圧縮記帳後の取得価額が基準未満である場合、税額控除の適用ができなくなるため、圧縮後の取得価額にも注意が必要です。
圧縮後価額のチェックポイントは以下の通りです。
- 圧縮前:取得価額=200万円
- 圧縮記帳:補助金100万円分を圧縮
- 圧縮後価額=100万円 → ✕ 基準未満(適用不可)
〇 中小企業経営強化税制の取得価額基準(圧縮後)
資産区分 | 税額控除適用に必要な最低取得価額(圧縮後) |
---|---|
機械装置 | 160万円以上 |
測定工具・検査工具・器具備品 | 30万円以上 |
建物附属設備 | 60万円以上 |
ソフトウェア | 70万円以上 |
実務上は、圧縮記帳を行う前に、税額控除制度の適用要件をクリアできるか確認するようにしましょう。

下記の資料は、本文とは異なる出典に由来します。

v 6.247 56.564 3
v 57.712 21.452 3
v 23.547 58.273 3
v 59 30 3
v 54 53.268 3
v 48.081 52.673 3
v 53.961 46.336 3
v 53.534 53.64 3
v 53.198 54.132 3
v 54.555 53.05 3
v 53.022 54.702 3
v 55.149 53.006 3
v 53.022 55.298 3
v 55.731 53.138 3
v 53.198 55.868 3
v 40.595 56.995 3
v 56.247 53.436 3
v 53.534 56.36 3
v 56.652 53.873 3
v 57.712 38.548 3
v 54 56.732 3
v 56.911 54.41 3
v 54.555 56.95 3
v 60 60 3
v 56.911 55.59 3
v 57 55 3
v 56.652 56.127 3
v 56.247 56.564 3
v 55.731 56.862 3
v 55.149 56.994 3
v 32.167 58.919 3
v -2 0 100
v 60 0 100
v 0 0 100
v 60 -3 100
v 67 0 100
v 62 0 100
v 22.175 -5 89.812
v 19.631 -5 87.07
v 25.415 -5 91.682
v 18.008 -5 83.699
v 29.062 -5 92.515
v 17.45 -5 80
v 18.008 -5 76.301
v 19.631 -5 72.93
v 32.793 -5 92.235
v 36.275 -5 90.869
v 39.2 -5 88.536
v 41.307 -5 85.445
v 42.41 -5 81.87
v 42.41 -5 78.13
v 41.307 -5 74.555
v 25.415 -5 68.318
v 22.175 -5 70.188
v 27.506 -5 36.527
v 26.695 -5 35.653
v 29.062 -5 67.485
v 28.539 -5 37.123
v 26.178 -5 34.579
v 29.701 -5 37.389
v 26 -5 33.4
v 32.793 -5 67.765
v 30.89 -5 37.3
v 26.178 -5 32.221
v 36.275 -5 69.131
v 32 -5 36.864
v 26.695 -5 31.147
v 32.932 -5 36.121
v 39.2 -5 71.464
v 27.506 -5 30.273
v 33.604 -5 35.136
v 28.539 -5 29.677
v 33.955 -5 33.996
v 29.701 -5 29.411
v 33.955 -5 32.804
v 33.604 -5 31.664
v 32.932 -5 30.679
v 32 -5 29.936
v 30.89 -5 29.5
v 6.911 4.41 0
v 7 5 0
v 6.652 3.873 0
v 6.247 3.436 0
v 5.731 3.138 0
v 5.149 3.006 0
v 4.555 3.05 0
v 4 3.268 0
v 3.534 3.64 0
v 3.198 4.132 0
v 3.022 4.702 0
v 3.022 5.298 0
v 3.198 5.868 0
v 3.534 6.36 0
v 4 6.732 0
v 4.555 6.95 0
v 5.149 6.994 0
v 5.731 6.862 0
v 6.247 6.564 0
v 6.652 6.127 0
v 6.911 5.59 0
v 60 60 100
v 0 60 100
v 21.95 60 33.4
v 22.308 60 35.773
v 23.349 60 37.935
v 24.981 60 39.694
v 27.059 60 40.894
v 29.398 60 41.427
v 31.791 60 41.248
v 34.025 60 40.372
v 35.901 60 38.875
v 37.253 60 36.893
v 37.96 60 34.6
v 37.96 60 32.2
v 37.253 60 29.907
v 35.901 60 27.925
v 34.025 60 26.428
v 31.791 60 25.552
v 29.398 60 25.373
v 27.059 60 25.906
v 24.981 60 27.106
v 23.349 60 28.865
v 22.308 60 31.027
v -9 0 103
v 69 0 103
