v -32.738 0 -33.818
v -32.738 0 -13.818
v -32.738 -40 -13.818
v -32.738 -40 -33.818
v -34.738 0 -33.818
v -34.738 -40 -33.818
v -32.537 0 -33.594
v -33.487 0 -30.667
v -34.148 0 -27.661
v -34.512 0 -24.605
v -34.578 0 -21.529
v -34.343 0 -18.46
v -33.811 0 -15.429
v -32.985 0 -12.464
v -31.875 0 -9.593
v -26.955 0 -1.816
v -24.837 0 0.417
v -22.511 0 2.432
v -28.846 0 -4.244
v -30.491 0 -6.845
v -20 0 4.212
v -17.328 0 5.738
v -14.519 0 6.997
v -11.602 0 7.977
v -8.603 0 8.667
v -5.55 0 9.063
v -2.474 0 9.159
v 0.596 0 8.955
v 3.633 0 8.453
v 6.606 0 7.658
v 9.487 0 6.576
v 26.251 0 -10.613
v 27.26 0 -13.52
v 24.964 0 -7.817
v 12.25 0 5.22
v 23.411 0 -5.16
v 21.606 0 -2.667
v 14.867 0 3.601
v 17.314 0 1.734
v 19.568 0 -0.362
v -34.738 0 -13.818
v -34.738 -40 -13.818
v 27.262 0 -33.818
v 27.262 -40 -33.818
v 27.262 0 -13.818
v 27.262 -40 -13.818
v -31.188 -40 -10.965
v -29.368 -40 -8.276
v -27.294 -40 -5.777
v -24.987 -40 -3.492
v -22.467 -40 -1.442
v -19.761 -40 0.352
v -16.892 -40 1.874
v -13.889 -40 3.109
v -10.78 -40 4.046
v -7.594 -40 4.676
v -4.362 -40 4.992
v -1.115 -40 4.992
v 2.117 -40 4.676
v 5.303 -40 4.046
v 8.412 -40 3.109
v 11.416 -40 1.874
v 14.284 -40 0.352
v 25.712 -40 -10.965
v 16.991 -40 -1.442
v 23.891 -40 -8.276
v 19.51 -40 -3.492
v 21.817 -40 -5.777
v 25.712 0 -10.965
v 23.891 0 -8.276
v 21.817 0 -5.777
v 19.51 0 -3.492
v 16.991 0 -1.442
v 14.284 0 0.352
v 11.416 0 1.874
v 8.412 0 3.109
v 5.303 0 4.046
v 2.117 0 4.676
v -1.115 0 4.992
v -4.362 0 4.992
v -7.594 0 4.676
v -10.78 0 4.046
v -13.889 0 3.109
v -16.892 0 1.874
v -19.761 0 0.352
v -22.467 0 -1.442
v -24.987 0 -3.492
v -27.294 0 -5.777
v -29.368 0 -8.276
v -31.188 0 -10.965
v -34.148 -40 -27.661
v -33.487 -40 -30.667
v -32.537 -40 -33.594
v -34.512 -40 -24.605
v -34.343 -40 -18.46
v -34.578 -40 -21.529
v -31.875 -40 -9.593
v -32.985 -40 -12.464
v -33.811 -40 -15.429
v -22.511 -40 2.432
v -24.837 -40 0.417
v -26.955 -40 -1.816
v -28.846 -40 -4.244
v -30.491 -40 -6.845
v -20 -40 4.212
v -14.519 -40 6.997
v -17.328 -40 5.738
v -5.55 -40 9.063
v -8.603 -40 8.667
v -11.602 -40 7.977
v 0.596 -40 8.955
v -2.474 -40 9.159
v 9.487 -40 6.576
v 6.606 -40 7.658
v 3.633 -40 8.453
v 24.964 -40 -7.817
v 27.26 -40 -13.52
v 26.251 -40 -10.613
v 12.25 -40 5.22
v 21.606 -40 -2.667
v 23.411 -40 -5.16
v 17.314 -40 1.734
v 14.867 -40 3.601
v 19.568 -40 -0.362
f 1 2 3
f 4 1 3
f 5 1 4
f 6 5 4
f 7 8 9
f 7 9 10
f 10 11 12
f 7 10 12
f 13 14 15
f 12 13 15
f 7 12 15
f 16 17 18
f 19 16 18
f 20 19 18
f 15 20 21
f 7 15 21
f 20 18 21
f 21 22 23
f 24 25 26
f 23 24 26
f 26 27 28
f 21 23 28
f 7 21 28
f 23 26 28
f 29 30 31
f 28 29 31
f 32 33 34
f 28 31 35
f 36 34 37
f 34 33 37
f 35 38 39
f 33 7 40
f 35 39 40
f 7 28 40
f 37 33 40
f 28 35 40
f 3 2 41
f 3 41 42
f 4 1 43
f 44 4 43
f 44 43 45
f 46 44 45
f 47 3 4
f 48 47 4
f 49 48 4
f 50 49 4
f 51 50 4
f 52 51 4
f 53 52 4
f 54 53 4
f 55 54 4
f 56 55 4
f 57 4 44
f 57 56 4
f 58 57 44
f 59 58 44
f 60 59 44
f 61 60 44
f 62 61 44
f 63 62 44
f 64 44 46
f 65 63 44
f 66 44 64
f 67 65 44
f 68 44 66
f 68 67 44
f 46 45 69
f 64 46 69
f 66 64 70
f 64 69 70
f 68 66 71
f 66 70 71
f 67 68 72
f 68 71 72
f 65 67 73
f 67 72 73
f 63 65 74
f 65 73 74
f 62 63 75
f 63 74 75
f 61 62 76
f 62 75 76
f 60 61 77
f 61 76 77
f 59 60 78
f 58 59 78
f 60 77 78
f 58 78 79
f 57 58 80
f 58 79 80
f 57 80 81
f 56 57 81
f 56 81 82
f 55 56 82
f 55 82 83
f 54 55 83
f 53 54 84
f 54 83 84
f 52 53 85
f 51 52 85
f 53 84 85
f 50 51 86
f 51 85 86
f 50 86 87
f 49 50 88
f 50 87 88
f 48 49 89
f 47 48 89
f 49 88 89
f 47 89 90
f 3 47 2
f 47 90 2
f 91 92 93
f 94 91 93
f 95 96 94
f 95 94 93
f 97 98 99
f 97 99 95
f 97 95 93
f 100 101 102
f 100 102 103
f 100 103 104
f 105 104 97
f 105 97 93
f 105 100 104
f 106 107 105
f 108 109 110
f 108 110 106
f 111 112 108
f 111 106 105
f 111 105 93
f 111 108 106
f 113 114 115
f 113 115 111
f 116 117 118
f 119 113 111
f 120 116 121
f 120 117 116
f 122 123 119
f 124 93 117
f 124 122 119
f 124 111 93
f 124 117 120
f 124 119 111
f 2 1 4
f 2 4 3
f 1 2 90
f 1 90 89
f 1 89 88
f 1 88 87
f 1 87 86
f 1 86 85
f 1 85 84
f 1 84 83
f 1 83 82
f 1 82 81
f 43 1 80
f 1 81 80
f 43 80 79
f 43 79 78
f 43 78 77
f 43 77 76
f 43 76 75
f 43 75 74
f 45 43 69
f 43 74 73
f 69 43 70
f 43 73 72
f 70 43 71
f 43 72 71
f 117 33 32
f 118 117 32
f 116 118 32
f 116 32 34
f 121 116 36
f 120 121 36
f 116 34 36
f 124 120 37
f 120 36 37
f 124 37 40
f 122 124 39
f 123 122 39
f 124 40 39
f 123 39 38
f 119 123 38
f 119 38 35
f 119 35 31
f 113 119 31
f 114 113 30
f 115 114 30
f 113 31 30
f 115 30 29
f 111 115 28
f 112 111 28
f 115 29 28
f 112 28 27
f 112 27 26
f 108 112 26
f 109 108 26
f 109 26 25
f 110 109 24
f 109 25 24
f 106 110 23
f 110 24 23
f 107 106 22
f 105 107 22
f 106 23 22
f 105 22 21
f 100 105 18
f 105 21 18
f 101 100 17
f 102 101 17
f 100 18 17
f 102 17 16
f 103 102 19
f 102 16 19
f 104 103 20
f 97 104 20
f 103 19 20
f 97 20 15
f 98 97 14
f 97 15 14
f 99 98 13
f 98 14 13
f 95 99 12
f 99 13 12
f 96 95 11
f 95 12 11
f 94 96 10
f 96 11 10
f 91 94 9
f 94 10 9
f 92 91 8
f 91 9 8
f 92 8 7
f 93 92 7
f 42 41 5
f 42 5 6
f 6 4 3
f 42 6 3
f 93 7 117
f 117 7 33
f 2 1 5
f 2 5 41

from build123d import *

# Parameters (mm, degrees)
F0_W     = 60
F0_H     = 20
F1_DEPTH = 40
F3_DEPTH = 40
F4_W     = 40
F4_H     = 20
F5_DEPTH = 2


# Not quite as in the source:
# - a feature names something its author has since deleted; it is built from what else it names


with BuildPart() as f1:
    # F0 (on Front) → F1 (new body)
    with BuildSketch(Plane.XZ):
        with Locations((-2.7382690459, -23.8184666568)):
            Rectangle(F0_W, F0_H)
        with BuildLine():
            ThreePointArc((27.2617309541, -13.8184666568), (-2.7382690459, 5.032068405), (-32.7382690459, -13.8184666568))
            Line((-32.7382690459, -13.8184666568), (27.2617309541, -13.8184666568))
        make_face()
    extrude(amount=F1_DEPTH)


with BuildPart() as f3:
    # F2 (on Front) → F3 (new body)
    with BuildSketch(Plane.XZ):
        with BuildLine():
            Line((-32.5370542705, -33.5944630206), (27.2599291056, -13.5201252997))
            ThreePointArc((27.2599291056, -13.5201252997), (-13.0723634113, 7.5226758687), (-32.5370542705, -33.5944630206))
        make_face()
    extrude(amount=F3_DEPTH)


with BuildPart() as f5:
    # F4 (on face) → F5 (new body)
    with BuildSketch(Plane(origin=(-32.7382690459, 0, 0), x_dir=(0, -1, 0), z_dir=(-1, 0, 0))):
        with Locations((20, -23.8184666568)):
            Rectangle(F4_W, F4_H)
    extrude(amount=F5_DEPTH)


solid = Compound([f1.part, f3.part, f5.part])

補助金額が大きい場合や複数制度を併用する場合には、事前に税理士等との相談が望ましいです。
圧縮記帳と税額控除の併用をする際の3つの注意点
圧縮記帳と税額控除は、それぞれに税負担の緩和効果がある制度ですが、併用する場合にはいくつかの注意点があります。

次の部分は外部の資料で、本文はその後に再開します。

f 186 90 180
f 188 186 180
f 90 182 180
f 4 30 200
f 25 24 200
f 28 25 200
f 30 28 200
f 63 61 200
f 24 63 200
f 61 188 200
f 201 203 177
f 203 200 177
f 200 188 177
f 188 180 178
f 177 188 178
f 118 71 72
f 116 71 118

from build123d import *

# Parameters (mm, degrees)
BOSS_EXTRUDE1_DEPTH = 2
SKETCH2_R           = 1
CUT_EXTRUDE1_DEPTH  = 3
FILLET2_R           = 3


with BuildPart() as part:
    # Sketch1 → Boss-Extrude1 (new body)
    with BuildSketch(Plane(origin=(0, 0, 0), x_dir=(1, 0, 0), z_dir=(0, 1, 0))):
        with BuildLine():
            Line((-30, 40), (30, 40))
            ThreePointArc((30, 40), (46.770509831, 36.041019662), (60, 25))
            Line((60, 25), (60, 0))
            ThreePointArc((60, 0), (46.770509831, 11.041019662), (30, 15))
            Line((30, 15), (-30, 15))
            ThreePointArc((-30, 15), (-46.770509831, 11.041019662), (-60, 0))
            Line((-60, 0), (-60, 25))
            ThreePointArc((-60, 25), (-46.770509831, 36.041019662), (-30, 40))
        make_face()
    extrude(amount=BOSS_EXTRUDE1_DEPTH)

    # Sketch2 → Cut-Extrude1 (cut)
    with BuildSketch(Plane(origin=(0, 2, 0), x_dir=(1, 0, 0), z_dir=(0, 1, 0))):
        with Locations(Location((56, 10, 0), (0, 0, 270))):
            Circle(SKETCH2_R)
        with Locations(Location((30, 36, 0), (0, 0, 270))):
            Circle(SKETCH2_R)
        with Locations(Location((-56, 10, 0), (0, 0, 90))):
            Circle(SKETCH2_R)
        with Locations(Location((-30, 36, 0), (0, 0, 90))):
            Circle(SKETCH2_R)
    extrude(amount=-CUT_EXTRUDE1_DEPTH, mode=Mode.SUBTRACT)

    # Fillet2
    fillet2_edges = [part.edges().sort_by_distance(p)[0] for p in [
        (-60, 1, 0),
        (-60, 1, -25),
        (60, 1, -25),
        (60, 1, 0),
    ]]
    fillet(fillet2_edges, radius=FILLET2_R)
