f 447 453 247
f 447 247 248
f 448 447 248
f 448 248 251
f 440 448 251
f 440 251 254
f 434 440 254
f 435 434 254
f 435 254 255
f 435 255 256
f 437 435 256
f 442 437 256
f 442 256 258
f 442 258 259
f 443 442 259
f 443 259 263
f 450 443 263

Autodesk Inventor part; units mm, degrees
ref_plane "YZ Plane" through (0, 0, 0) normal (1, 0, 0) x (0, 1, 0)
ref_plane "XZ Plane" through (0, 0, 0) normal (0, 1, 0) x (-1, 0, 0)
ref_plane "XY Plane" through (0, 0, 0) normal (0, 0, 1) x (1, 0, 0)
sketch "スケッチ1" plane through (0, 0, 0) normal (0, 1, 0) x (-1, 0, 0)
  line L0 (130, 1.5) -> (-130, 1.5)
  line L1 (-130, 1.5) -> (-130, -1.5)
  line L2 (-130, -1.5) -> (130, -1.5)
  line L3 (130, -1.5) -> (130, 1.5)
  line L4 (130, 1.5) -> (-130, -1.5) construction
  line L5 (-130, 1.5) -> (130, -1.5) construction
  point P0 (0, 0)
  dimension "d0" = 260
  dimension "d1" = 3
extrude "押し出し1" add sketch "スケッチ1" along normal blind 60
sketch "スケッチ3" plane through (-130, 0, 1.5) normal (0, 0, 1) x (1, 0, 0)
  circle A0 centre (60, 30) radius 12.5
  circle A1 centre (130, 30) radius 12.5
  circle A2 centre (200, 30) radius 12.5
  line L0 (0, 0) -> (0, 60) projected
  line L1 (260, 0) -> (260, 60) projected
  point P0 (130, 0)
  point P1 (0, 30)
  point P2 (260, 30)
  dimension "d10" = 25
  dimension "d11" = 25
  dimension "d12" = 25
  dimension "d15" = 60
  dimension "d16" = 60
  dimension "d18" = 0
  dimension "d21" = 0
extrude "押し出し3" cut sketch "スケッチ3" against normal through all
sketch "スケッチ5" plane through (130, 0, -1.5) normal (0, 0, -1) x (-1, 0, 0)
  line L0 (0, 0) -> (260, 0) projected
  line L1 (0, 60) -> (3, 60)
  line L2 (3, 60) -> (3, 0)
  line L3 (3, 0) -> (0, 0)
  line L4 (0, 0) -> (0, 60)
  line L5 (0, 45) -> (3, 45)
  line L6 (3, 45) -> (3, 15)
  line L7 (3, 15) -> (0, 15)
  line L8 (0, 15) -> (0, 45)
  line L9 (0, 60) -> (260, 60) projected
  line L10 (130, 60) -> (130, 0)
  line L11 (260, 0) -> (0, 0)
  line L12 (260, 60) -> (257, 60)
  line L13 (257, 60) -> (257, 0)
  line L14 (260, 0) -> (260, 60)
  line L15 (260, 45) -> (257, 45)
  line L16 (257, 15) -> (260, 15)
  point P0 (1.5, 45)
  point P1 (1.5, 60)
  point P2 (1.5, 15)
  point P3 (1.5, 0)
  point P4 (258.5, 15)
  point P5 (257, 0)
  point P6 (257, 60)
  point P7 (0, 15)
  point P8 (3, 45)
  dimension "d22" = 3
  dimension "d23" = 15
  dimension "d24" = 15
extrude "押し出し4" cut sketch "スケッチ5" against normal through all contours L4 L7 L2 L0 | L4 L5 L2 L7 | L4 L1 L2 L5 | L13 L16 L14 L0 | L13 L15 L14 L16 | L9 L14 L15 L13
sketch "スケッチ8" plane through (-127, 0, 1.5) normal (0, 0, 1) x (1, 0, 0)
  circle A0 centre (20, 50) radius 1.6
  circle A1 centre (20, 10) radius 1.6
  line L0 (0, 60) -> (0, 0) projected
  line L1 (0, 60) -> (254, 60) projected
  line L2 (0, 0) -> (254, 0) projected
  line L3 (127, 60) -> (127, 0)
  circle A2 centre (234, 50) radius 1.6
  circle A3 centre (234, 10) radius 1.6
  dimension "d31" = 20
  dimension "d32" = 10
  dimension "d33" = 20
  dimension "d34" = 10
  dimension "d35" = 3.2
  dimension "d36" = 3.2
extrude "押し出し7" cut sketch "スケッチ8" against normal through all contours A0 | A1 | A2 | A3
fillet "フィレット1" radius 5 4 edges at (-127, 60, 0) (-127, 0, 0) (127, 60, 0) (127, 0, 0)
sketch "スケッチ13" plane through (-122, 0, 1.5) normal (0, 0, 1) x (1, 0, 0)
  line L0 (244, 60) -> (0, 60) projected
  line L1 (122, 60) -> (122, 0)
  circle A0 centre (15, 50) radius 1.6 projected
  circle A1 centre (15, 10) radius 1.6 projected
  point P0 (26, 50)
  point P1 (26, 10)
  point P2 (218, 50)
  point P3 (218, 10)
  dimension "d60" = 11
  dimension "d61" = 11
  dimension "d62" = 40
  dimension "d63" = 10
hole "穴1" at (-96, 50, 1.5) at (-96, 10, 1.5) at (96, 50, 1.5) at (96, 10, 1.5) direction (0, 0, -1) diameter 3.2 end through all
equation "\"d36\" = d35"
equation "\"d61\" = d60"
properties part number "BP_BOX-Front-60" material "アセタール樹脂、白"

制度の仕組みや影響を正しく理解せずに併用すると、メリットを十分に活かせなかったり、かえって税負担が増えてしまうケースもあります。
1. 税額控除の効果が薄れる可能性あり
税額控除の効果が薄れる可能性があります。
圧縮記帳を適用すると、取得した固定資産の価額が帳簿上で減額されます。
税額控除は「取得価額×所定の控除率」で計算されるため、圧縮後の金額が基準になると控除額も減少するでしょう。
たとえば、機械装置を1,000万円で取得し、圧縮記帳により500万円まで圧縮した場合、税額控除の対象となる取得価額も500万円に減ってしまいます。
結果、本来であれば受けられた控除額が半減し、節税効果が減少します。
そのため、圧縮記帳と税額控除のどちらを優先すべきかは、事前の試算が必要です。
場合によっては、圧縮記帳をあえて行わず、税額控除の金額を最大限活かすという選択肢も検討すべきです。
2. 繰越控除が使えず税効果が薄れる場合がある
繰越控除が使えず税効果が薄れる場合があります。
税額控除制度には、「当期の法人税額の一定割合までしか控除できない」という上限があります。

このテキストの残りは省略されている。